Anyway, I made my trembling way back to the house and told my tale of woe to Terry, who told me to phone the police, because seriously, what has the world come to when a woman can’t walk her dog behind her house without being threatened by hooligans with branches, WHAT HAS IT COME TO PEOPLE? I wasn’t sure whether phoning the police would be an over-reaction, but because there’s been a lot of trouble in the ghetto lately, and because I am all about the drama, I did it anyway. “Why, an elderly person or small child could walk through those woods and be killed, just like I almost was!” I thought. “And also: how very dare they threaten me and my dog?”

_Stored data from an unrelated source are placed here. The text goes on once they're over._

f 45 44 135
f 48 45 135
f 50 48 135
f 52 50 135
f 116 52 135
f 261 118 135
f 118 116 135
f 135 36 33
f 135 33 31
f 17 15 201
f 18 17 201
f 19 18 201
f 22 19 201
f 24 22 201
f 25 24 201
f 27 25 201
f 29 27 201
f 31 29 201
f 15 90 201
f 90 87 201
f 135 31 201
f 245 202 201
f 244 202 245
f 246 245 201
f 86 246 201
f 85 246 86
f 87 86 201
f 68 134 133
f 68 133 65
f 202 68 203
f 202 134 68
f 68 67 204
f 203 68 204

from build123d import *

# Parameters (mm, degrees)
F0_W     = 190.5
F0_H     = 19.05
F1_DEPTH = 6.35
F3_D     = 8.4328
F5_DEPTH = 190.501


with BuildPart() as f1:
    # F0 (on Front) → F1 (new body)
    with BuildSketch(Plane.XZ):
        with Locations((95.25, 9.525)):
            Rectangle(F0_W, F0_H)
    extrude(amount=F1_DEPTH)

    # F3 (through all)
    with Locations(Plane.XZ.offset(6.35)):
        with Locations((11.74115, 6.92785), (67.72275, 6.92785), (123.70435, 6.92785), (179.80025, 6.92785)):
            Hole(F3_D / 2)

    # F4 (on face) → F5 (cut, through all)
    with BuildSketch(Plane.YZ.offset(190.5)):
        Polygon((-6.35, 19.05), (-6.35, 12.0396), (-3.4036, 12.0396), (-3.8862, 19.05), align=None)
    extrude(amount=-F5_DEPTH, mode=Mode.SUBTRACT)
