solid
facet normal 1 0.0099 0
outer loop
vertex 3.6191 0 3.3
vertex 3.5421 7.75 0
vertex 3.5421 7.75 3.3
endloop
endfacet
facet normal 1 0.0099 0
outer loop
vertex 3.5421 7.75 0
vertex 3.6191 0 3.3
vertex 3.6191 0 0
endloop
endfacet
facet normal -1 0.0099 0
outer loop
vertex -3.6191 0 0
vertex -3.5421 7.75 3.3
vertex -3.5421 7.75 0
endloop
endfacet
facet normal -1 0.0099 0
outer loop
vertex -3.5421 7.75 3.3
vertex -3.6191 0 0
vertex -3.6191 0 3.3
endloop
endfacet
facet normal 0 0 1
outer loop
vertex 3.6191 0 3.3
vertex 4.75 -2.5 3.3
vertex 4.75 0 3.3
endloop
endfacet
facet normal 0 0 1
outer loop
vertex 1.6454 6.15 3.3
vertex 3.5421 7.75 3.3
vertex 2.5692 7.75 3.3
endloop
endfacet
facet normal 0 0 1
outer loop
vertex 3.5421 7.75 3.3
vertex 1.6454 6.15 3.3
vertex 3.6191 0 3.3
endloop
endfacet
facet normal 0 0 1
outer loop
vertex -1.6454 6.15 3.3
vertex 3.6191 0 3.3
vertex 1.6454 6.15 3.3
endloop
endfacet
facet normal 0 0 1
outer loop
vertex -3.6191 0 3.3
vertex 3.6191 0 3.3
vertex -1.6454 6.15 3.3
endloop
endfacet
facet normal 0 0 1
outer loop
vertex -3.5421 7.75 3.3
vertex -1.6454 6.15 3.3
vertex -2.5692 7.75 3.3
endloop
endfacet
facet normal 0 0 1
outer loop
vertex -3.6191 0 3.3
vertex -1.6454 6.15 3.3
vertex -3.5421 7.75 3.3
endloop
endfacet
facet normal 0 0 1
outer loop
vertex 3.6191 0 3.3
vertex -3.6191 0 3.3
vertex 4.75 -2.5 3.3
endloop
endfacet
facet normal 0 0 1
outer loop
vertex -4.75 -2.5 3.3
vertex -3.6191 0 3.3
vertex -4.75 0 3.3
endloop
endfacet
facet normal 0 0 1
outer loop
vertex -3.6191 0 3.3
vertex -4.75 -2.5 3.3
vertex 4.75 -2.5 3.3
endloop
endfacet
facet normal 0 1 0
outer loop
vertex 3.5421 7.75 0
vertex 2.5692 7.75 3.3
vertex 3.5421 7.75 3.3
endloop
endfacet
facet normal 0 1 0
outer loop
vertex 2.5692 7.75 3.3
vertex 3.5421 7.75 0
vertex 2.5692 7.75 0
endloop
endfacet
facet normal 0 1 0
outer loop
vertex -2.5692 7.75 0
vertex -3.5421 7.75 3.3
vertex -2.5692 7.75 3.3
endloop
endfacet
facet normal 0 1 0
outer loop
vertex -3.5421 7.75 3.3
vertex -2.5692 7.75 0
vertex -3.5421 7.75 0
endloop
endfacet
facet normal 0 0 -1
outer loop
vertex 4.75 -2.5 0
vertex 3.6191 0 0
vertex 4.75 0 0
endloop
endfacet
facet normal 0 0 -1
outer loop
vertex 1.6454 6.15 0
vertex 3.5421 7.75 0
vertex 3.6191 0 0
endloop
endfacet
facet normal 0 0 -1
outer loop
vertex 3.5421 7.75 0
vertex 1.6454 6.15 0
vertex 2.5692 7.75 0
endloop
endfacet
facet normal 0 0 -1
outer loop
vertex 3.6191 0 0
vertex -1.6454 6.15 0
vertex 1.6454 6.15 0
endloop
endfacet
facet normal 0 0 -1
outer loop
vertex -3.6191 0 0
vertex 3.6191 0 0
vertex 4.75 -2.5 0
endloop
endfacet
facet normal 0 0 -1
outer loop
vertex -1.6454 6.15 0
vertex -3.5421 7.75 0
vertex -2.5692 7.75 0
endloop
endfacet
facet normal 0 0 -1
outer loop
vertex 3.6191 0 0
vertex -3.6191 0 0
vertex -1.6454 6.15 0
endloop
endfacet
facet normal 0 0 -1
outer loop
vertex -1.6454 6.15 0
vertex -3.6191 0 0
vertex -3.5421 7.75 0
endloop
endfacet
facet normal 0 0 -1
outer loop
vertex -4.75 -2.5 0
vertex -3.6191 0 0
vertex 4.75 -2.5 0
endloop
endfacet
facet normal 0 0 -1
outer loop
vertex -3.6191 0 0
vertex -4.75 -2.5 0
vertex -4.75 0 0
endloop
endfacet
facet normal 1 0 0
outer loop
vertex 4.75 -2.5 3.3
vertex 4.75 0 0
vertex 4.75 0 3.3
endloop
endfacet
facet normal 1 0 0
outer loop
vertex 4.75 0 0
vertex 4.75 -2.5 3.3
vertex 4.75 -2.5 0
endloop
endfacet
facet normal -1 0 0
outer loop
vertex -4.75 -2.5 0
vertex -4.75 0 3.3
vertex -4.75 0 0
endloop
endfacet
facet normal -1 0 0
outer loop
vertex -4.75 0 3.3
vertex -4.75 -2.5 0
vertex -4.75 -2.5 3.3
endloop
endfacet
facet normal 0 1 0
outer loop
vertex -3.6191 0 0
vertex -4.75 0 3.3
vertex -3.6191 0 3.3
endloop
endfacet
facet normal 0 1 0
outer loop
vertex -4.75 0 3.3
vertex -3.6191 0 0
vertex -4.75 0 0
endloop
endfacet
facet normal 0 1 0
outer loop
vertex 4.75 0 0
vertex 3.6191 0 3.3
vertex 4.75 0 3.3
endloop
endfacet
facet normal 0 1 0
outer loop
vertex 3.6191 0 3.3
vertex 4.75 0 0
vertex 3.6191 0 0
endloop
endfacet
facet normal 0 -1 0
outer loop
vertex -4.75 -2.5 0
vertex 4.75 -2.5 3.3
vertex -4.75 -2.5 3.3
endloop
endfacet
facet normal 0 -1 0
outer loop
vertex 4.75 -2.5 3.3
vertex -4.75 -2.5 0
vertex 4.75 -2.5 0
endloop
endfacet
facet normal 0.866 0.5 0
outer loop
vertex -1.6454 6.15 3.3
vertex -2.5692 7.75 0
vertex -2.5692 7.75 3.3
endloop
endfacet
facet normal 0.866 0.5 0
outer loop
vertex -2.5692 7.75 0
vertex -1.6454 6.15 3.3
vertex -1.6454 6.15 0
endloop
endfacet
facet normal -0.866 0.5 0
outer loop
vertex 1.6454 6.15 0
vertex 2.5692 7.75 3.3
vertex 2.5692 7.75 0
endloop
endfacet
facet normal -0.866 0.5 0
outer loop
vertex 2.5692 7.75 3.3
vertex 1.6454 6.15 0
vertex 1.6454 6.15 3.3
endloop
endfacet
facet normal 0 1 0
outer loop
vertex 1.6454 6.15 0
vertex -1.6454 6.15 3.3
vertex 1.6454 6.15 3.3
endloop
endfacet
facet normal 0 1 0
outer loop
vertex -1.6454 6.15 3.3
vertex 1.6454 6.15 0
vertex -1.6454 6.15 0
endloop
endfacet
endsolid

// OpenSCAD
// Removable side-entry M3 nut keeper. Existing housings are unchanged.
// Trial fit only: no positive latch exists in the old channel.
// Print flat, Z=0 on bed. +Y points into the existing nut channel.
$fn=48;
use <../../engineering/chassis-strength-bench/coupon/drive-motor-inline-module.scad>
use <../modular-test-chassis/modular-chassis-v2.scad>

part="sleeve"; // [motor_short,motor_long,sleeve,preview_sleeve,preview_short,preview_long,qa_motor,qa_sleeve,qa_front_sleeve,qa_nut]
nut_af=5.5; // assumed measured metal nut size; adjust after caliper measurement
nut_clearance=0.20; // total clearance across flats, not per face
channel_af=6.2;
channel_corner_d=channel_af/cos(30);
channel_seat_w=channel_corner_d+0.20;
channel_entry_w=channel_corner_d+0.40;
channel_h=3.7;
side_clearance=0.15;
vertical_clearance=0.20;
keeper_h=channel_h-2*vertical_clearance;
tip_before_axis=1.25; // keep the fork thick; no plastic across screw axis
tab_w=9.5;
tab_depth=2.5;

module keeper(distance=11) {
    tip=distance-tip_before_axis;
    function width_at(y)=channel_seat_w+(channel_entry_w-channel_seat_w)*(distance-y)/(distance+1)-2*side_clearance;
    difference() {
        union() {
            linear_extrude(height=keeper_h)
                polygon([[-width_at(0)/2,-0.05],[width_at(0)/2,-0.05],
                         [width_at(tip)/2,tip],[-width_at(tip)/2,tip]]);
            translate([-tab_w/2,-tab_depth,0]) cube([tab_w,tab_depth,keeper_h]);
        }
        // A through-height near-half hex notch: keeper carries no bolt preload.
        translate([0,distance,-0.1])
            cylinder(d=(nut_af+nut_clearance)/cos(30),h=keeper_h+0.2,$fn=6);
    }
}

module motor_keepers() {
    for (xx=[-15,15]) {
        translate([xx,-25,22.3+vertical_clearance]) keeper(11);
        translate([xx,25,22.3+vertical_clearance]) rotate([0,0,180]) keeper(14);
    }
}

module sleeve_keepers() {
    for (xx=[-30,30],side=[-1,1])
        translate([xx,side*21.5,15.3+vertical_clearance])
            rotate([0,0,side>0 ? 180 : 0]) keeper(9);
}

module front_sleeve_keepers() {
    for (yy=[-15,15],side=[-1,1])
        translate([side*21.5,yy,5.3+vertical_clearance])
            rotate([0,0,side*90]) keeper(9);
}

if (part=="motor_short") keeper(11);
else if (part=="motor_long") keeper(14);
else if (part=="sleeve") keeper(9);
else if (part=="preview_sleeve" || part=="preview_short" || part=="preview_long") {
    distance=part=="preview_sleeve" ? 9 : part=="preview_short" ? 11 : 14;
    color([0.15,0.55,0.8]) keeper(distance);
    color([0.65,0.65,0.65]) translate([0,distance,0.45])
        cylinder(d=nut_af/cos(30),h=2.4,$fn=6);
}
else if (part=="qa_motor") intersection() { drive_motor_inline(1); motor_keepers(); }
else if (part=="qa_sleeve") intersection() { straight_sleeve(); sleeve_keepers(); }
else if (part=="qa_front_sleeve") intersection() { ramp_back_sleeve(); front_sleeve_keepers(); }
else if (part=="qa_nut") intersection() {
    keeper(9);
    translate([0,9,-0.1]) cylinder(d=nut_af/cos(30),h=channel_h+0.2,$fn=6);
}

So, I called the police, who, despite sounding not at all interested in what I was saying, told me they’d “send someone round”. Well, I’ve been waiting all afternoon, but no police. Maybe they’re too busy out chasing real criminals, or maybe they just don’t care that I could have died. Either way, no more ghetto walks for me, I think. Sorry, Rubin…










The police are too busy patrolling the motorways looking for people doing 71mph. (Put on fake old woman’s voice) There’s no enough bobbies on the beat nowadays.
Glad you didn’t die though that would have sucked real bad!
Geeez. That’s awful. I didn’t actually think where you stayed was *that* bad. Am hastily revising my opinion. Roll on that lottery win, huh?
Oh, where we *live* isn’t actually that bad – well, other than the badly behaved kids who keep knocking my fence down – it’s where I walk the dog that’s not so nice. Looks like Rubin and I will be looking for a new place to walk!
So sorry about your experience, but glad you are ok! Damn police.
Fuuuuuuck!
God I’m really glad you’re ok! And to think I was getting p’d off that some chavvy girl on the beach insinuated I was gay (by the way, quite impressive subtlety for a chav I might add, I didn’t know they had the brains)
Rubinman should have taken care of him, being part wolf like he is.
Maybe you should brush up on your Word Definitions: Ghetto
1. ghetto – formerly the restricted quarter of many European cities in which Jews were required to live; “the Warsaw ghetto”
quarter – a district of a city having some distinguishing character; “the Latin Quarter”
2. ghetto – any segregated mode of living or working that results from bias or stereotyping; “the relative security of the gay ghetto”; “no escape from the ghetto of the typing pool”
3. ghetto – a poor densely populated city district occupied by a minority ethnic group linked together by economic hardship and social restrictions
“The urban ghetto, constructed during the first half of the twentieth century and successively reinforced thereafter, represents the key institutional arrangement ensuring the continued subordination of blacks in the United States.” (18)
“For urban blacks, the ghetto has been the paradigmatic residential configuration for at least eighty years.”
“The term “ghetto” is most commonly applied to racially restricted housing patterns. It is meant to have broader connotations in this essay; as an impressionistic and interpretive phrase which meaningfully summarizes the social, economic and psychological positions of black people in the city in the nineteenth and twentieth centuries and also symbolizes the ton e of urban race relations in those years.”
Need i go on???
Ghetto Neighbour-and maybe *you* should brush up on you popular colloquialisms?
Words change, meanings change. Language is transient.Your post just goes to prove the myriad definitions-that have evolved over the course of decades- for one word. A bit of an own goal, no?
And, no, you needn’t go on. Thanks all the same, but I think we’ve got the picture.